TASK DESCRIPTION =>
For the entries that follow, restate word for word the line containing "e93 v47 v71 LINE", the line containing "e100 v66 v34 LINE", and every line that lies between them.
[RECORD SET — start]
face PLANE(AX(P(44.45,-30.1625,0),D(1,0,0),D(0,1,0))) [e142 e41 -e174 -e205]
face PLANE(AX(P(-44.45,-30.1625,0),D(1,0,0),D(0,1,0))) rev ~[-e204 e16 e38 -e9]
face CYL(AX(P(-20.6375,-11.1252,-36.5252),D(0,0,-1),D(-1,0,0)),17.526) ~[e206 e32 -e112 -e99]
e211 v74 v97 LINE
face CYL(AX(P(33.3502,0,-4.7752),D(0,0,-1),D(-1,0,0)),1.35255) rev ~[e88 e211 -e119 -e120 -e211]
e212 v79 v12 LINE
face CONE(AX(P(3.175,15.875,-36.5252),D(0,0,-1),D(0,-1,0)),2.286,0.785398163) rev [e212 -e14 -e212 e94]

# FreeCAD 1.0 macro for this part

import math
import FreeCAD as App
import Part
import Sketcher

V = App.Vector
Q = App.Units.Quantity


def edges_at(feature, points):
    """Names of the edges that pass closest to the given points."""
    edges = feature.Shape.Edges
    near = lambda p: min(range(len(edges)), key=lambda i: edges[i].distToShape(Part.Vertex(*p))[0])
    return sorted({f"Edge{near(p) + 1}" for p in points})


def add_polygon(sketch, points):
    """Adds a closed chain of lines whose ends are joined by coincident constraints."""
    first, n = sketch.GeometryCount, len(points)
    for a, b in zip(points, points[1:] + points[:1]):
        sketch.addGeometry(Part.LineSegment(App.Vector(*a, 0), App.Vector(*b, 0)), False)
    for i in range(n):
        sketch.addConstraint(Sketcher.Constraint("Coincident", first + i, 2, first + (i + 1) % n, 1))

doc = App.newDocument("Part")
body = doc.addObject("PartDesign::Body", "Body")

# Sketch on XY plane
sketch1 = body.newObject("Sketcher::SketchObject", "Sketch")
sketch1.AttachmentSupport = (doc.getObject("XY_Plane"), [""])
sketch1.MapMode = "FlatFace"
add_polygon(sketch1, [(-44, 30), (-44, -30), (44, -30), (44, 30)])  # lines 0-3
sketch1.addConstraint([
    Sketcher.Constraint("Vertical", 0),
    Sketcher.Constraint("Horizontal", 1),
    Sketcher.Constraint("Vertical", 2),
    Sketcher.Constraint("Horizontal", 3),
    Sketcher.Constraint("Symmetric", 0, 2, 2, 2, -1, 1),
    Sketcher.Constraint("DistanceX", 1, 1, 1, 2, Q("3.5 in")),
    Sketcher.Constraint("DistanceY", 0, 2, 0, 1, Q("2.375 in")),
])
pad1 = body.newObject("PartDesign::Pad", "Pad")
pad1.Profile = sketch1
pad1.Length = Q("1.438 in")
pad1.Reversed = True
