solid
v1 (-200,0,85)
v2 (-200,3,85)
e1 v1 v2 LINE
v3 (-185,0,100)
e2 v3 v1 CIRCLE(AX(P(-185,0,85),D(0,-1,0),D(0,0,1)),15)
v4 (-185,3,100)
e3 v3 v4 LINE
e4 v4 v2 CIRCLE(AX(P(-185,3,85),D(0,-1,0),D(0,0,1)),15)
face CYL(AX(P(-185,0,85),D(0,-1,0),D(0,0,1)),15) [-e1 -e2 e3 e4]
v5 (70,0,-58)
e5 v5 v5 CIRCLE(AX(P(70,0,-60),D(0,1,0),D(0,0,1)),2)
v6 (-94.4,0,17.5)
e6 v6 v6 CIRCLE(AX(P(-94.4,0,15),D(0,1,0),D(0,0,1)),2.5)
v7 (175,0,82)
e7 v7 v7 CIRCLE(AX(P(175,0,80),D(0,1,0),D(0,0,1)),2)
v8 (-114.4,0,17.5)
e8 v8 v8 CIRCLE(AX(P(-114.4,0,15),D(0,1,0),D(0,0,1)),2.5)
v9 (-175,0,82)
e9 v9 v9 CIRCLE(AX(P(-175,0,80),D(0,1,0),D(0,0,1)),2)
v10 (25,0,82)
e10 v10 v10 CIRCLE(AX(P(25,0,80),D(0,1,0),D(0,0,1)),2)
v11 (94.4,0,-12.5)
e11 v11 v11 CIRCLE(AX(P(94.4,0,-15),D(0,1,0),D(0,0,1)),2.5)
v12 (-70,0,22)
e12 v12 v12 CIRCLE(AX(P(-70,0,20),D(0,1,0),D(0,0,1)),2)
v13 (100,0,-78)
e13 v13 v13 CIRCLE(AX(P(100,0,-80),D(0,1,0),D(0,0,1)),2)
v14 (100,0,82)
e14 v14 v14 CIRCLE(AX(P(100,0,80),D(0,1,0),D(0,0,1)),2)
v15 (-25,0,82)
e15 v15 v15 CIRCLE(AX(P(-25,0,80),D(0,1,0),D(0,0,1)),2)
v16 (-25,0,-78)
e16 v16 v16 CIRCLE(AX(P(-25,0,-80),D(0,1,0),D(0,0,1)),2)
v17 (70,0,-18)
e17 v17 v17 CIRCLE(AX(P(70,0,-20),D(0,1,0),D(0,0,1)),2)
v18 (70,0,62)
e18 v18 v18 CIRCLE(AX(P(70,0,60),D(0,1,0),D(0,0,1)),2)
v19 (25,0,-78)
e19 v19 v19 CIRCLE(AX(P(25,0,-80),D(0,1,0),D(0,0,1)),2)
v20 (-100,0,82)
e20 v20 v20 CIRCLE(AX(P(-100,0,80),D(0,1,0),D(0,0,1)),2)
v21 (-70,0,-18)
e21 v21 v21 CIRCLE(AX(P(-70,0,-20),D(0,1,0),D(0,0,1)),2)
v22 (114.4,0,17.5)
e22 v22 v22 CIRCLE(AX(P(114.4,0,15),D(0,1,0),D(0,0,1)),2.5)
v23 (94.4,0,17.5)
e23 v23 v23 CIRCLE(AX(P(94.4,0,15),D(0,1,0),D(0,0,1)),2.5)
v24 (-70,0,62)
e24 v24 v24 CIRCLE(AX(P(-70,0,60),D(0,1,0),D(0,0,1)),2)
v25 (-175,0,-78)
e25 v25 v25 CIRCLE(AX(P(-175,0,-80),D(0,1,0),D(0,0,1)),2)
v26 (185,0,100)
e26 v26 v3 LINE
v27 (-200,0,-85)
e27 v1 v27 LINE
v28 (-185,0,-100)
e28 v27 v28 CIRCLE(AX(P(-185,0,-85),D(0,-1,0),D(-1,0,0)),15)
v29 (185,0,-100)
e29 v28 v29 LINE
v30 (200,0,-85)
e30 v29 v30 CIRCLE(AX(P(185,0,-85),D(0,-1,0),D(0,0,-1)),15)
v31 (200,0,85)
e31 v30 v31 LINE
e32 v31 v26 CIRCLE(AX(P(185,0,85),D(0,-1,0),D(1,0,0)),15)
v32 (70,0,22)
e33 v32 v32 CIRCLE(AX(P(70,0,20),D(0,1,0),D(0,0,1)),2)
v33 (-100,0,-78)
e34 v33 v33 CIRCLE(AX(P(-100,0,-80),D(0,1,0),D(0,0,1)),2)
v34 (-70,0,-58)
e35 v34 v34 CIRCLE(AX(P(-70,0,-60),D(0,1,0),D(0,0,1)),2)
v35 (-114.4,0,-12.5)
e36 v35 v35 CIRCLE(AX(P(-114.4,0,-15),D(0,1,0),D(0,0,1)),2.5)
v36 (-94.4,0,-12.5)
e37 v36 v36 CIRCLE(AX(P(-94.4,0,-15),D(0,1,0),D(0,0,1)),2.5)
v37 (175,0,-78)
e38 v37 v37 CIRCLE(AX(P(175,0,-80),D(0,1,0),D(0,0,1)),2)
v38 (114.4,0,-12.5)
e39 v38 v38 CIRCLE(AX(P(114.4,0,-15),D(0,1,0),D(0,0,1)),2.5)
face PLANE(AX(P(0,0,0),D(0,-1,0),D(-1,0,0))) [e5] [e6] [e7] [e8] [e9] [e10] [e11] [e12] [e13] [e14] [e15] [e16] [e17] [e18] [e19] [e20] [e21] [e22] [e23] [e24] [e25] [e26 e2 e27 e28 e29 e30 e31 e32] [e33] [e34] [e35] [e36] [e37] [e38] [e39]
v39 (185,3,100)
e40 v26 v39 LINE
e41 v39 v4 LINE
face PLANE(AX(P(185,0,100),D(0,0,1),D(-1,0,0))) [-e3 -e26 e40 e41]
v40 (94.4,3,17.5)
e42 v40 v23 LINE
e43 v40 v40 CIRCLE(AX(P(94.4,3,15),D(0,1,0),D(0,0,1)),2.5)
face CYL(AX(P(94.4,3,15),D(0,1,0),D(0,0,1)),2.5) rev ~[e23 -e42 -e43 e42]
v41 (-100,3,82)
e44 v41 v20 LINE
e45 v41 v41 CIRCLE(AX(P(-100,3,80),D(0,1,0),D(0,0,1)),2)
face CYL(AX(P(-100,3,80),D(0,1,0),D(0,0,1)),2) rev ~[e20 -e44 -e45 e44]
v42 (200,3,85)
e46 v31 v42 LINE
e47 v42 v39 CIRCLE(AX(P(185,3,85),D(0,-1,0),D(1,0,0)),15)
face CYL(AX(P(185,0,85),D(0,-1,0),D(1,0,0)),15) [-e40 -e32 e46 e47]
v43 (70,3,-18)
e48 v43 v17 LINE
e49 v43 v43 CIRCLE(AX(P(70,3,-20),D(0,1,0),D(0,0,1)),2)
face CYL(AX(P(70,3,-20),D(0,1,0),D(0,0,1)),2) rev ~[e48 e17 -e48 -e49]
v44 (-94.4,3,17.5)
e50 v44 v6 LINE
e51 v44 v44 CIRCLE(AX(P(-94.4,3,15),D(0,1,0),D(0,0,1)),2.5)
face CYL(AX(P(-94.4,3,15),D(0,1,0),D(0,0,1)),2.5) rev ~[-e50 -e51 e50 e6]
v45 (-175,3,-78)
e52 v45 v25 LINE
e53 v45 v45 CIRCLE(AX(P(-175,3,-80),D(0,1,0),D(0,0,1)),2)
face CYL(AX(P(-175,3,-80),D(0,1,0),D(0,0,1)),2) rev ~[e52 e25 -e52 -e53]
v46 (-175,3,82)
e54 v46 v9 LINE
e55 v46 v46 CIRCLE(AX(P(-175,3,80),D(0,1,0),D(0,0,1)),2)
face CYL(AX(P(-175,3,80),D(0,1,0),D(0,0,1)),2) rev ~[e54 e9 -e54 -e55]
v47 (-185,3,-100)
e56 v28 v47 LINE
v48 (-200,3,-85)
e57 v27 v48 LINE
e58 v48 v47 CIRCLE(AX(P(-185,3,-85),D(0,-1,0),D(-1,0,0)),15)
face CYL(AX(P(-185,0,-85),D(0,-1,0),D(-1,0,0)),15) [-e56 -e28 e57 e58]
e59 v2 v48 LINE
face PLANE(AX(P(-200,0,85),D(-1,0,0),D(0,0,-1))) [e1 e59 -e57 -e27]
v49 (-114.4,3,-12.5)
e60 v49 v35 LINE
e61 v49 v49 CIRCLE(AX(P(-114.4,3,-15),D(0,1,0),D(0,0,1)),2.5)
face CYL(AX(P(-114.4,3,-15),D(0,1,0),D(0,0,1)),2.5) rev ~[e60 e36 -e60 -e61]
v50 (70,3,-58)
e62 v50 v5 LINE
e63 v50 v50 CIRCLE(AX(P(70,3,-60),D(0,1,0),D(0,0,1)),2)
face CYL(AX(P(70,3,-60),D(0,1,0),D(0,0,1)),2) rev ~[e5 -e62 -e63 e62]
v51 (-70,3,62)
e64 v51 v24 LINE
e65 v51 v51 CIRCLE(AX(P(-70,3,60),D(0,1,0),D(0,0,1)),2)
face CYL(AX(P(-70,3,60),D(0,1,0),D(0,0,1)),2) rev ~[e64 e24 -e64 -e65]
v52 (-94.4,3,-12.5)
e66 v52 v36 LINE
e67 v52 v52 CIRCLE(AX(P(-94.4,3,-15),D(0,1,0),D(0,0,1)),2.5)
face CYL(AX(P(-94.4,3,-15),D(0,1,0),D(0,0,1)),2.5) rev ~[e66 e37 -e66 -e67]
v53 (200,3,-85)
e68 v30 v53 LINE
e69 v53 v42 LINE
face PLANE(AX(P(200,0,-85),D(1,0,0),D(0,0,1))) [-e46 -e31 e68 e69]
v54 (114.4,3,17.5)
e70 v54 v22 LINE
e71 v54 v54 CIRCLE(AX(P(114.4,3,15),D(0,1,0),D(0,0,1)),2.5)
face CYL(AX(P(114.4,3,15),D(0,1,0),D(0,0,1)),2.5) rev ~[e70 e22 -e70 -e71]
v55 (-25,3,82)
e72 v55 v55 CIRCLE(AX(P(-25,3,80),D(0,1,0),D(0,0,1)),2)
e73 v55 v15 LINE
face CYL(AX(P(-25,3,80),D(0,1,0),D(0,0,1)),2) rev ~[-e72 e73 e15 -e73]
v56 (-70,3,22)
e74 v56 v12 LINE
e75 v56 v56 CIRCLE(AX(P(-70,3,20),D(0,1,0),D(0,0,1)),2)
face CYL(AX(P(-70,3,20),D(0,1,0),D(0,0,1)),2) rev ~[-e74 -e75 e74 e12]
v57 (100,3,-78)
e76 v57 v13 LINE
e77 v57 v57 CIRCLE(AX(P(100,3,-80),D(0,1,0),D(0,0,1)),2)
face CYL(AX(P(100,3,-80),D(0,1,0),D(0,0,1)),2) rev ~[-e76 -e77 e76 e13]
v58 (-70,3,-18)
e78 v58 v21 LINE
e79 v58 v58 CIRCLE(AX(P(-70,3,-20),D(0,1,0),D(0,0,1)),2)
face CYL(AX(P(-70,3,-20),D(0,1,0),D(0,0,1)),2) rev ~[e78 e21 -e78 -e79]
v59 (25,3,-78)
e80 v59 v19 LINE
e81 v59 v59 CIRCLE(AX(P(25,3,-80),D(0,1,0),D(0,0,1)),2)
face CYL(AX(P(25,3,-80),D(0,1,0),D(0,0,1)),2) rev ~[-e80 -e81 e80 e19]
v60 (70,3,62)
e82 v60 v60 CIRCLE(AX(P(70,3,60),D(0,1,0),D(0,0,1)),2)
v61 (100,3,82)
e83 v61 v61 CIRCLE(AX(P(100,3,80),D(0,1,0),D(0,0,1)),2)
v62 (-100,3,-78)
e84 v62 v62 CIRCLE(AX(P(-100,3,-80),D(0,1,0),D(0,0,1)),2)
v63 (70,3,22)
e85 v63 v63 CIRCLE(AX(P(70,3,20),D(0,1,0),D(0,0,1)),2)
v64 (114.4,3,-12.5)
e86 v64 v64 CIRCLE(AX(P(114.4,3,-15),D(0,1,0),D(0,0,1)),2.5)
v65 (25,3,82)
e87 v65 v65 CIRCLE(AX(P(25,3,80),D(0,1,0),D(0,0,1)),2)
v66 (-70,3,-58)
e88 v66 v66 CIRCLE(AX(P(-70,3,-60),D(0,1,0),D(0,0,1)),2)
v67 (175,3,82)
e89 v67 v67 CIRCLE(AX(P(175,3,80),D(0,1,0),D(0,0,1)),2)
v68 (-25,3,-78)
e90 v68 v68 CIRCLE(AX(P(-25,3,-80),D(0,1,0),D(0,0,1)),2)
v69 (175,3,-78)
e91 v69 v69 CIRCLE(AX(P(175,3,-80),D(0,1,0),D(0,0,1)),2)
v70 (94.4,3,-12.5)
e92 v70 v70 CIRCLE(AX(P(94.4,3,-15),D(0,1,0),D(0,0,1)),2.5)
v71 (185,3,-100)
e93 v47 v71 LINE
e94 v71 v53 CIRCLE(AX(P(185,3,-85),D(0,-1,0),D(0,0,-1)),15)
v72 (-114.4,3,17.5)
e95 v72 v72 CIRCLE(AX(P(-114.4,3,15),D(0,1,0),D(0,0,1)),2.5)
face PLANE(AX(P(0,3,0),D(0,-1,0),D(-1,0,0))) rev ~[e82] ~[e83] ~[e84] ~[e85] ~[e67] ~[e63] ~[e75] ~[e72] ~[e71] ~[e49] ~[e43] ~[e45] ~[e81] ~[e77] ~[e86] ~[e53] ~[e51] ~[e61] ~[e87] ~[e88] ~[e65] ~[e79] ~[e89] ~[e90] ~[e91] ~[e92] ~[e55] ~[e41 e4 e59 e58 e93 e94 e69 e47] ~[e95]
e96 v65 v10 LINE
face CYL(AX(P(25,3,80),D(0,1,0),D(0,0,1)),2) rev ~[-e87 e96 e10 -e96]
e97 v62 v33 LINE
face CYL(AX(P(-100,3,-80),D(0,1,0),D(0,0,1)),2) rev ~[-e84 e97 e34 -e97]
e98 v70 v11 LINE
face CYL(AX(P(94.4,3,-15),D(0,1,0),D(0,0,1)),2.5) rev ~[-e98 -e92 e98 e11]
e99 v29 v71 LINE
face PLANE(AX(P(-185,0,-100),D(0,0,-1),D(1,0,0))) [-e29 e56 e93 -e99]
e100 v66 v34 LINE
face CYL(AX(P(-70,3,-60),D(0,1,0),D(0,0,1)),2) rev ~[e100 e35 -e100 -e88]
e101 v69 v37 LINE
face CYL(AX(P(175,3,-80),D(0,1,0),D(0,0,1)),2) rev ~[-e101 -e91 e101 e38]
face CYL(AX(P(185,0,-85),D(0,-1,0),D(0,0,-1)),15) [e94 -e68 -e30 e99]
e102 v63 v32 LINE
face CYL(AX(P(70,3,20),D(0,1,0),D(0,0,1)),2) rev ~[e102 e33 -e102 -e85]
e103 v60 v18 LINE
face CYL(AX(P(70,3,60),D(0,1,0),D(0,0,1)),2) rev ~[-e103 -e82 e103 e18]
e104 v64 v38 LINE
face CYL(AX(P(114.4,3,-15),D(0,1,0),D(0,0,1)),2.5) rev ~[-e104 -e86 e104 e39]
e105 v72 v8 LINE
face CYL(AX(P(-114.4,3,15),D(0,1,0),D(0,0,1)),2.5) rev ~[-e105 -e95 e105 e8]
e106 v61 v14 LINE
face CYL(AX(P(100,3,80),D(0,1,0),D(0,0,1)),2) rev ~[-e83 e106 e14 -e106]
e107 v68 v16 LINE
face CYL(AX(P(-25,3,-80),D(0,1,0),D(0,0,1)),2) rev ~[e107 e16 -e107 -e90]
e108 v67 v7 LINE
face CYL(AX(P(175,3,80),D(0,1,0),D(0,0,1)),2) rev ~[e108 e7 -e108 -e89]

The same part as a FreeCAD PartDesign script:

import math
import FreeCAD as App
import Part
import Sketcher

V = App.Vector
Q = App.Units.Quantity

doc = App.newDocument("Part")
body = doc.addObject("PartDesign::Body", "Body")

sketch1 = body.newObject("Sketcher::SketchObject", "Sketch")
sketch1.AttachmentSupport = (doc.getObject("XZ_Plane"), [""])
sketch1.MapMode = "FlatFace"
sketch1.addGeometry(Part.LineSegment(V(185, -100, 0), V(-185, -100, 0)), False)
sketch1.addGeometry(Part.ArcOfCircle(Part.Circle(V(-185, -85, 0), V(0, 0, 1), 15), math.radians(180), math.radians(270)), False)
sketch1.addGeometry(Part.LineSegment(V(-200, -85, 0), V(-200, 85, 0)), False)
sketch1.addGeometry(Part.ArcOfCircle(Part.Circle(V(-185, 85, 0), V(0, 0, 1), 15), math.radians(90), math.radians(180)), False)
sketch1.addGeometry(Part.LineSegment(V(-185, 100, 0), V(185, 100, 0)), False)
sketch1.addGeometry(Part.ArcOfCircle(Part.Circle(V(185, 85, 0), V(0, 0, 1), 15), math.radians(0), math.radians(90)), False)
sketch1.addGeometry(Part.LineSegment(V(200, 85, 0), V(200, -85, 0)), False)
sketch1.addGeometry(Part.ArcOfCircle(Part.Circle(V(185, -85, 0), V(0, 0, 1), 15), math.radians(-90), math.radians(0)), False)
sketch1.addConstraint(Sketcher.Constraint("Tangent", 0, 2, 1, 2))
sketch1.addConstraint(Sketcher.Constraint("Tangent", 1, 1, 2, 1))
sketch1.addConstraint(Sketcher.Constraint("Tangent", 2, 2, 3, 2))
sketch1.addConstraint(Sketcher.Constraint("Tangent", 3, 1, 4, 1))
sketch1.addConstraint(Sketcher.Constraint("Tangent", 4, 2, 5, 2))
sketch1.addConstraint(Sketcher.Constraint("Tangent", 5, 1, 6, 1))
[RECORD SET — finish]
REPLY TO THE TASK =>
e93 v47 v71 LINE
e94 v71 v53 CIRCLE(AX(P(185,3,-85),D(0,-1,0),D(0,0,-1)),15)
v72 (-114.4,3,17.5)
e95 v72 v72 CIRCLE(AX(P(-114.4,3,15),D(0,1,0),D(0,0,1)),2.5)
face PLANE(AX(P(0,3,0),D(0,-1,0),D(-1,0,0))) rev ~[e82] ~[e83] ~[e84] ~[e85] ~[e67] ~[e63] ~[e75] ~[e72] ~[e71] ~[e49] ~[e43] ~[e45] ~[e81] ~[e77] ~[e86] ~[e53] ~[e51] ~[e61] ~[e87] ~[e88] ~[e65] ~[e79] ~[e89] ~[e90] ~[e91] ~[e92] ~[e55] ~[e41 e4 e59 e58 e93 e94 e69 e47] ~[e95]
e96 v65 v10 LINE
face CYL(AX(P(25,3,80),D(0,1,0),D(0,0,1)),2) rev ~[-e87 e96 e10 -e96]
e97 v62 v33 LINE
face CYL(AX(P(-100,3,-80),D(0,1,0),D(0,0,1)),2) rev ~[-e84 e97 e34 -e97]
e98 v70 v11 LINE
face CYL(AX(P(94.4,3,-15),D(0,1,0),D(0,0,1)),2.5) rev ~[-e98 -e92 e98 e11]
e99 v29 v71 LINE
face PLANE(AX(P(-185,0,-100),D(0,0,-1),D(1,0,0))) [-e29 e56 e93 -e99]
e100 v66 v34 LINE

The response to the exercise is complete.